Standard injection, treatment, and follow-up protocols were followed for all intravitreal injections in this study. Informed consent was obtained and off-label use discussed in detail with each patient before injection. Preparation of the eyes before the injection was performed by a trained registered nurse following the standard preinjection protocol for the Bascom Palmer Eye Institute. This consisted of instilling 5% povidone-iodine and 4% lidocaine drops from single-use dispensers into each conjunctiva and then, cleaning the eyelid skin and lashes with 10% povidone-iodine swabs. A sterile wire lid speculum was then inserted and lashes directed away from the eye. Three alternating cycles of povidone-iodine and lidocaine drops were instilled to the inferior fornix and conjunctiva, and a lidocaine-soaked cotton tip applicator was applied using pressure to the injection site. Injection was performed with the physician wearing sterile gloves. Each patient received 1.25 mg/0.05 mL of bevacizumab intravitreally through the pars plana in each eye, followed by application of one drop of gentamicin (an aminoglycoside). Patients were instructed to use postinjection antibiotics (gentamicin) four times a day for 4 days; they were not draped for the injection and did not receive antibiotics prior to injection.

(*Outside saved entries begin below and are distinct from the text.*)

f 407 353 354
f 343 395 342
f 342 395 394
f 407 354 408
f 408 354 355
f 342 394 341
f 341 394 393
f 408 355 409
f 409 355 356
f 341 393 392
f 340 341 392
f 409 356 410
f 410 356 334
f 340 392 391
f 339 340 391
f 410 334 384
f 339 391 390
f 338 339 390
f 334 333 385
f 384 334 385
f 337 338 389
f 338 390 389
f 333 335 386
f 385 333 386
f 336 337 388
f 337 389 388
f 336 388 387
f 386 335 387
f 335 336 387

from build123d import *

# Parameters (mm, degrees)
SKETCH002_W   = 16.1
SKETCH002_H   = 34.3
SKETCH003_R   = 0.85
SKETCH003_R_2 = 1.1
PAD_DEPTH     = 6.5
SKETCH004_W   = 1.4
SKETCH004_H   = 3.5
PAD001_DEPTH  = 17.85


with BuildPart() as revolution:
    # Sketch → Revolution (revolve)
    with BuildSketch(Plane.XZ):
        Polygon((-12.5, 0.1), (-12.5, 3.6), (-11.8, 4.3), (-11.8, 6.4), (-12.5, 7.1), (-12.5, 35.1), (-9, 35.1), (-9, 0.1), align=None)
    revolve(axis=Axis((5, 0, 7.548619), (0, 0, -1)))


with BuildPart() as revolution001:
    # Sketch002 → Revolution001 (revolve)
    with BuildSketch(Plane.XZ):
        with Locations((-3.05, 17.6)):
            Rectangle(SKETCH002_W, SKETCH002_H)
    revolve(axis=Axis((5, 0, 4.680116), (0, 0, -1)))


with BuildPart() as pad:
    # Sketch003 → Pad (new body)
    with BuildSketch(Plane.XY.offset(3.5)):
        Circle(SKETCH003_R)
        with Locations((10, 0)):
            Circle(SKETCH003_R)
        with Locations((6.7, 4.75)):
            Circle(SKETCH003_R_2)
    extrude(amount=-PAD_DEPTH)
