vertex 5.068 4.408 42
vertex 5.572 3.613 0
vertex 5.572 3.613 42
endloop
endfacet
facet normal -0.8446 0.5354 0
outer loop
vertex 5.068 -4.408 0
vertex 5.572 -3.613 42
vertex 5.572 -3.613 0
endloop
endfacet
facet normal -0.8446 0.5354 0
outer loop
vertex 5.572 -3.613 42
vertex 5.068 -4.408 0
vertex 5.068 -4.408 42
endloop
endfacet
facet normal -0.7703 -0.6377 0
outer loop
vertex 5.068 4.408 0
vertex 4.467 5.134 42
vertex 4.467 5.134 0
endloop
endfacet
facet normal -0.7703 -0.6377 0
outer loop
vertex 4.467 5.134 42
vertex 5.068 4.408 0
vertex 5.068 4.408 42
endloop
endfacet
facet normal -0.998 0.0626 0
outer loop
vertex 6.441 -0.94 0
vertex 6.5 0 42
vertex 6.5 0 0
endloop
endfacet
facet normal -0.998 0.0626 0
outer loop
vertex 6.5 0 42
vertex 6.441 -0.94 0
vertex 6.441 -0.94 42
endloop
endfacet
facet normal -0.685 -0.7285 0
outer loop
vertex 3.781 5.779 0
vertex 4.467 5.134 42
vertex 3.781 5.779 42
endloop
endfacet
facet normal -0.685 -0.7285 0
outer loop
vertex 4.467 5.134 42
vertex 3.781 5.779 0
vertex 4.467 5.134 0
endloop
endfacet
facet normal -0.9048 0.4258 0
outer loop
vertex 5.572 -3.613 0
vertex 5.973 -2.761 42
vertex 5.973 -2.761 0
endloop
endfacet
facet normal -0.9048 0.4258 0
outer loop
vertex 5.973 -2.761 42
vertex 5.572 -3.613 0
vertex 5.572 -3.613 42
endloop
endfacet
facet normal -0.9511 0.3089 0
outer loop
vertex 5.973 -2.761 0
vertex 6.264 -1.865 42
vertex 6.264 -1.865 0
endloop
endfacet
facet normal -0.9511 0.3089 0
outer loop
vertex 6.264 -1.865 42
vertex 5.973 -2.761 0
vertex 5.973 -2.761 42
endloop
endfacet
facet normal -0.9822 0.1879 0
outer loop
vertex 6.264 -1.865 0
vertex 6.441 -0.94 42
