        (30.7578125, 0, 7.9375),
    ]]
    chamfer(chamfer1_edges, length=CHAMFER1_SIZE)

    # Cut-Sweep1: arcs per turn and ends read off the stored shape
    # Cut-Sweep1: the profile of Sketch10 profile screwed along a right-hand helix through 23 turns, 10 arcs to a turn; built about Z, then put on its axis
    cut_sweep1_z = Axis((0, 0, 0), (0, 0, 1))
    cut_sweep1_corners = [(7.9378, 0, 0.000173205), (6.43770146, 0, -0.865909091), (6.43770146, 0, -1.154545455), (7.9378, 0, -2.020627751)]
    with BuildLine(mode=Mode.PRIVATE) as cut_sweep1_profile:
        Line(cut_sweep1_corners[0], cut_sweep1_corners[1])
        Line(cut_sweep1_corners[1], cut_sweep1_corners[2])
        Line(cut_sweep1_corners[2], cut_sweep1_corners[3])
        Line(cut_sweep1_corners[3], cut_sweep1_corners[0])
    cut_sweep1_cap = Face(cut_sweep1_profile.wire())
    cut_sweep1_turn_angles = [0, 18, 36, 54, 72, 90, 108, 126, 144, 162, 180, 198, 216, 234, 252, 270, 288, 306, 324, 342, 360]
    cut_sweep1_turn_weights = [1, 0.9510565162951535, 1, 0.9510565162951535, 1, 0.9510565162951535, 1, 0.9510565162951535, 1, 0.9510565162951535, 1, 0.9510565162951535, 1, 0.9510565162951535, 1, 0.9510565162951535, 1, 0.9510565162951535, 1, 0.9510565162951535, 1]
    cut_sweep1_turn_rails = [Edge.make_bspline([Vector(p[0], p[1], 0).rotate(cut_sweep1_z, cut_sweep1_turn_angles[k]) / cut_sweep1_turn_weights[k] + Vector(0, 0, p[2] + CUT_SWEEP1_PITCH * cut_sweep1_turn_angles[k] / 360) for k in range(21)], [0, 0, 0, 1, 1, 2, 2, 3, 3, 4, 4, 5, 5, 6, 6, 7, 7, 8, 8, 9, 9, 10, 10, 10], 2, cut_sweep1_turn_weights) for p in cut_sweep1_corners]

All patients were rigorously evaluated before the procedure and followed thereafter with clinical eye examinations, refractive analysis, fundus photos, optical coherence tomography (OCT) (Spectralis®, Heidelburg Engineering, Heidelburg, Germany), and ocular echography (Eye CubedTM, Ellex Medical Pty. Ltd., Adelaide, SA, Australia). A standard follow-up protocol was used postinjection and consisted of reevaluation of the patient 4–6 weeks later during a clinical visit, where all the aforementioned exams were performed for each patient.

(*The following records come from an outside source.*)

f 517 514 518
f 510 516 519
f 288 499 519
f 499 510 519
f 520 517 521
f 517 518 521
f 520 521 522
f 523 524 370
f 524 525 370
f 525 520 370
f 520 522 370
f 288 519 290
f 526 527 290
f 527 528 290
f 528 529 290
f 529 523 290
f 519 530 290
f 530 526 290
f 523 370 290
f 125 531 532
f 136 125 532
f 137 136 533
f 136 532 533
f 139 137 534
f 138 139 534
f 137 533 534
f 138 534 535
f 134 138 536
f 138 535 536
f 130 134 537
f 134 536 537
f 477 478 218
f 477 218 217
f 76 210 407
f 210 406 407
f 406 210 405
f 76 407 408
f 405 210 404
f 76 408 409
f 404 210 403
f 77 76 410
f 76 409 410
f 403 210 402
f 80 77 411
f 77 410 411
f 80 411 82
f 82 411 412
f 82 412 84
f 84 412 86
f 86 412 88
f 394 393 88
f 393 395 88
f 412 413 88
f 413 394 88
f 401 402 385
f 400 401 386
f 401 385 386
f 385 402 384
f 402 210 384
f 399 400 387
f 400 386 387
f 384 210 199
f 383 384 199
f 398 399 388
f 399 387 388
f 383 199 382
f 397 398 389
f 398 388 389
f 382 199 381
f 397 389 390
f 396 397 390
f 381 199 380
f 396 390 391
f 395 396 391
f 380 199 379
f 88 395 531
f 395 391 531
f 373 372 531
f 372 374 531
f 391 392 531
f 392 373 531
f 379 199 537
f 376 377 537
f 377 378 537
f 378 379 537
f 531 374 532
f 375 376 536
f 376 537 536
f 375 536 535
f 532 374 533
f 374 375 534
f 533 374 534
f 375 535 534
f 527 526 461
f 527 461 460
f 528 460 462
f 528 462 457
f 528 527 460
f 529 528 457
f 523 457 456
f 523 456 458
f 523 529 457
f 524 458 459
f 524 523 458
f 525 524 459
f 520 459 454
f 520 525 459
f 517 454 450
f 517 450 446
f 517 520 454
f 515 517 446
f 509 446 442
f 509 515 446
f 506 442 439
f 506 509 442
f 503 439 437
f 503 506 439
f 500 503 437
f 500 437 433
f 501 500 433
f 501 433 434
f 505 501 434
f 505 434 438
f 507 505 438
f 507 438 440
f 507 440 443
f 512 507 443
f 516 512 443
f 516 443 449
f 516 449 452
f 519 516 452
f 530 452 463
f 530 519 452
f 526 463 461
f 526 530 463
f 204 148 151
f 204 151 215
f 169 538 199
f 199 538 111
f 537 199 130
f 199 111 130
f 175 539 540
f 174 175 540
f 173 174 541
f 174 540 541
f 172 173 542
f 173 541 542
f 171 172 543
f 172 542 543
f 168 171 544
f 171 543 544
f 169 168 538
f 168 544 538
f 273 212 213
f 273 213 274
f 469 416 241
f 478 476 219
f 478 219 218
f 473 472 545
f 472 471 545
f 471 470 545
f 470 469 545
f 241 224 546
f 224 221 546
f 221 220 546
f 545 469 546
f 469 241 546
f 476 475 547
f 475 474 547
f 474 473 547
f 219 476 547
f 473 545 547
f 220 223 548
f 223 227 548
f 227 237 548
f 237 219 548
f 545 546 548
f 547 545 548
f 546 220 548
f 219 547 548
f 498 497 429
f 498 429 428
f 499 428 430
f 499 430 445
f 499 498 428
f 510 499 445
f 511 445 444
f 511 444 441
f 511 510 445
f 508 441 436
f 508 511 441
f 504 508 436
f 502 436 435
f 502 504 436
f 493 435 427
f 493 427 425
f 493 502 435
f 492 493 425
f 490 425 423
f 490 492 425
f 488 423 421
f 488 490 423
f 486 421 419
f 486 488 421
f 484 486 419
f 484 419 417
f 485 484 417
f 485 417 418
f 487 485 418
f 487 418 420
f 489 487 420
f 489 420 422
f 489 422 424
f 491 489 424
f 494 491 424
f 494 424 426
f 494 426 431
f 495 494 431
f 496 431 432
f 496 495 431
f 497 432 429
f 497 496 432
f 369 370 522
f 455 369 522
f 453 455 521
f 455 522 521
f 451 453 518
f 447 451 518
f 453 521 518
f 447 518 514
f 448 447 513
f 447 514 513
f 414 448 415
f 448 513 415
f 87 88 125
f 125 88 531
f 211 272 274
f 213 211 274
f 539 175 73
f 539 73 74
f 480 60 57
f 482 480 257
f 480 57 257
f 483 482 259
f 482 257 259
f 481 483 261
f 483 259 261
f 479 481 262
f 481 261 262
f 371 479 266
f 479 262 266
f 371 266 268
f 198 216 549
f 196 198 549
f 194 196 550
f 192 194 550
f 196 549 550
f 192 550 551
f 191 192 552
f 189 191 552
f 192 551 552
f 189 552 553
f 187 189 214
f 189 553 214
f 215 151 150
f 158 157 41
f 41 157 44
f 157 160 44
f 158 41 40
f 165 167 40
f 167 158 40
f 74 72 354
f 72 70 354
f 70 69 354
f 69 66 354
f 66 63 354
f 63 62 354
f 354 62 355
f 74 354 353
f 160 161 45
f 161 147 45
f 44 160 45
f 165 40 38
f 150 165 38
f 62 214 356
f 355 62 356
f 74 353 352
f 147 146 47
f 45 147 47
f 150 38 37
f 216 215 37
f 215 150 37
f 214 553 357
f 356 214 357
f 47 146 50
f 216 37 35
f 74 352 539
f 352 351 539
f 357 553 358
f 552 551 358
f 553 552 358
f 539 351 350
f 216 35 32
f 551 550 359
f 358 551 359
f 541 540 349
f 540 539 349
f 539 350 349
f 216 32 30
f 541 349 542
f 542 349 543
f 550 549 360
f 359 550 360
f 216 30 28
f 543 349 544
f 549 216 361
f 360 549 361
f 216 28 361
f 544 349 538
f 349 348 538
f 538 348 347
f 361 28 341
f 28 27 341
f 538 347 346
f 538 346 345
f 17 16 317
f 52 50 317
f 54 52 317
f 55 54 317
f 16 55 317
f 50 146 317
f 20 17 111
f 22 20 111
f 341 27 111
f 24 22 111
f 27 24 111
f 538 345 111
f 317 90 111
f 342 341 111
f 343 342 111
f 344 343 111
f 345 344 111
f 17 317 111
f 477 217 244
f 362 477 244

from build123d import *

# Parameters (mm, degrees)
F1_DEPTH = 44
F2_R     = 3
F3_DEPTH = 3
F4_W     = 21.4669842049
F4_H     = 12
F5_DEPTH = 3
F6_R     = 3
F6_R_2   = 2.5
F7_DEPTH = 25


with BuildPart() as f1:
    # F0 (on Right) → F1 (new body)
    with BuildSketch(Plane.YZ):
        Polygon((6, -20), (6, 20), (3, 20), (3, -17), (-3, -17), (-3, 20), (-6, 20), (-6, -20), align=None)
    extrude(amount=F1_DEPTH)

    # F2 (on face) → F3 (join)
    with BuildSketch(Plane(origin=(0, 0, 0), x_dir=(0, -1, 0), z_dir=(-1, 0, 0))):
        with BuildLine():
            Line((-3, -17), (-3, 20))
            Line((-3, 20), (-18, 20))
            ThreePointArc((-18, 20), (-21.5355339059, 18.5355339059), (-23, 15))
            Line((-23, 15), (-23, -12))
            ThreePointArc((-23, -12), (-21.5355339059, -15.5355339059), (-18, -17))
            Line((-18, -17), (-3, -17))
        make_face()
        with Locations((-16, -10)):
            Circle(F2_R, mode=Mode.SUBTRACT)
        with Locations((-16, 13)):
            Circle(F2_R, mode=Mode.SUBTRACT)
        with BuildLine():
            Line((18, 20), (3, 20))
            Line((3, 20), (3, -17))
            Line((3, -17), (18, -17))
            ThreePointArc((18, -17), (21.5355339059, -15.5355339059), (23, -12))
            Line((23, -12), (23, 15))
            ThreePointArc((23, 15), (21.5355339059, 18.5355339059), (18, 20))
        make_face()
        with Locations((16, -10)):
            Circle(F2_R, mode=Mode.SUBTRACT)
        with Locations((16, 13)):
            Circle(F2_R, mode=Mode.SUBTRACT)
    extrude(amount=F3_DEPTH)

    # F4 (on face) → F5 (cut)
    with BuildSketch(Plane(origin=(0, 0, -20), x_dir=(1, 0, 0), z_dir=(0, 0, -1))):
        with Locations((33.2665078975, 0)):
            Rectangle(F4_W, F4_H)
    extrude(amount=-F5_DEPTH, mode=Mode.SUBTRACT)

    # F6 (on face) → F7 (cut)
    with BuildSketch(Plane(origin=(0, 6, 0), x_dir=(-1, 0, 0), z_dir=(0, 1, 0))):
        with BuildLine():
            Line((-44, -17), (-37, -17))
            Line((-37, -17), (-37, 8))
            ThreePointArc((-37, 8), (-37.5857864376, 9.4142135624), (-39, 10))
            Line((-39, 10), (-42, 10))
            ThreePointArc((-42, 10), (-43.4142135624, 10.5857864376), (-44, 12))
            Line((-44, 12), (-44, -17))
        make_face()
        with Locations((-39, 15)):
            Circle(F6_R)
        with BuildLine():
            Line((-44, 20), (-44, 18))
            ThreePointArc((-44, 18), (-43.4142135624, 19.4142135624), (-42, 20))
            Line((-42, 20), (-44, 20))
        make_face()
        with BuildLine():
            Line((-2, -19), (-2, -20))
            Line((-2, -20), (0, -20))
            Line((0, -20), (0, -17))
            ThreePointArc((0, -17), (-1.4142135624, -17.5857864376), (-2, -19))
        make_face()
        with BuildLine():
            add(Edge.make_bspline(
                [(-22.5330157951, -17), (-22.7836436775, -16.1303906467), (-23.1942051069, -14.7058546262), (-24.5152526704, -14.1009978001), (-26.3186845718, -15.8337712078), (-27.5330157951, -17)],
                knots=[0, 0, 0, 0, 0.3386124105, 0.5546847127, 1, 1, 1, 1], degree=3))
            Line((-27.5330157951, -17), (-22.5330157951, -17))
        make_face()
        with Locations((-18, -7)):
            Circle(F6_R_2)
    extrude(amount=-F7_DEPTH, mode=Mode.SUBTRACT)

Regression of vascular activity was evaluated by OCT and determined to be complete, by the resolution of all SRF and macular edema; or partial, by the presence of residual SRF or macular edema (Figures 1 and 2). OCT classification was composed of grades 1–6, where grade 1 represented extrafoveolar, noncystoid edema; grade 2, extrafoveolar cystoid edema; grade 3, foveolar noncystoid edema; grade 4, mild-to-moderate foveolar cystoid edema; grade 5, severe foveolar cystoid edema; and grade 6, severe foveal cystoid edema with SRF.16

Figure 1 83-year-old male with 20/200 vision in the left eye.
Notes: (A) Initial fundus photograph shows an atypical pigmented choroidal nevus, with presence of drusen. (B) Initial optical coherence tomography demonstrates considerable subretinal fluid. (C and D) Imaging after seven bevacizumab injections, with complete regression of fluid. Best corrected final visual acuity was maintained at 20/200 at 16 months of follow-up.

Figure 2 83-year-old female with 20/200 vision in the right eye.
Notes: (A) Initial fundus photograph shows a pigmented choroidal nevus, with presence of drusen. (B) Initial optical coherence tomography demonstrates subretinal fluid and intraretinal cysts. (C and D) Imaging after 18 bevacizumab injections, showing partial regression of the fluid. Best corrected visual acuity was maintained at 20/200 at 47 months of follow up.

Results

Eyes with vascular activity associated with a choroidal nevus (n=27) were treated with intravitreal bevacizumab. The mean patient age was 66.6 years (range, 40–86 years), with ten males and 17 females included in the sample. A total of 12 nevi were in the right eye, while 15 were in the left eye. Mean initial nevus height by ultrasonography (mm) was 1.36. The nevus location included macular involvement in 51.9% (14/27) of eyes. All 27 choroidal nevi remained stable after receiving a mean of eight intravitreal bevacizumab injections (range of 1–31). Patients were followed for a mean/median/range of 29/22/2–88 months. Additional patient features are listed in Table 1.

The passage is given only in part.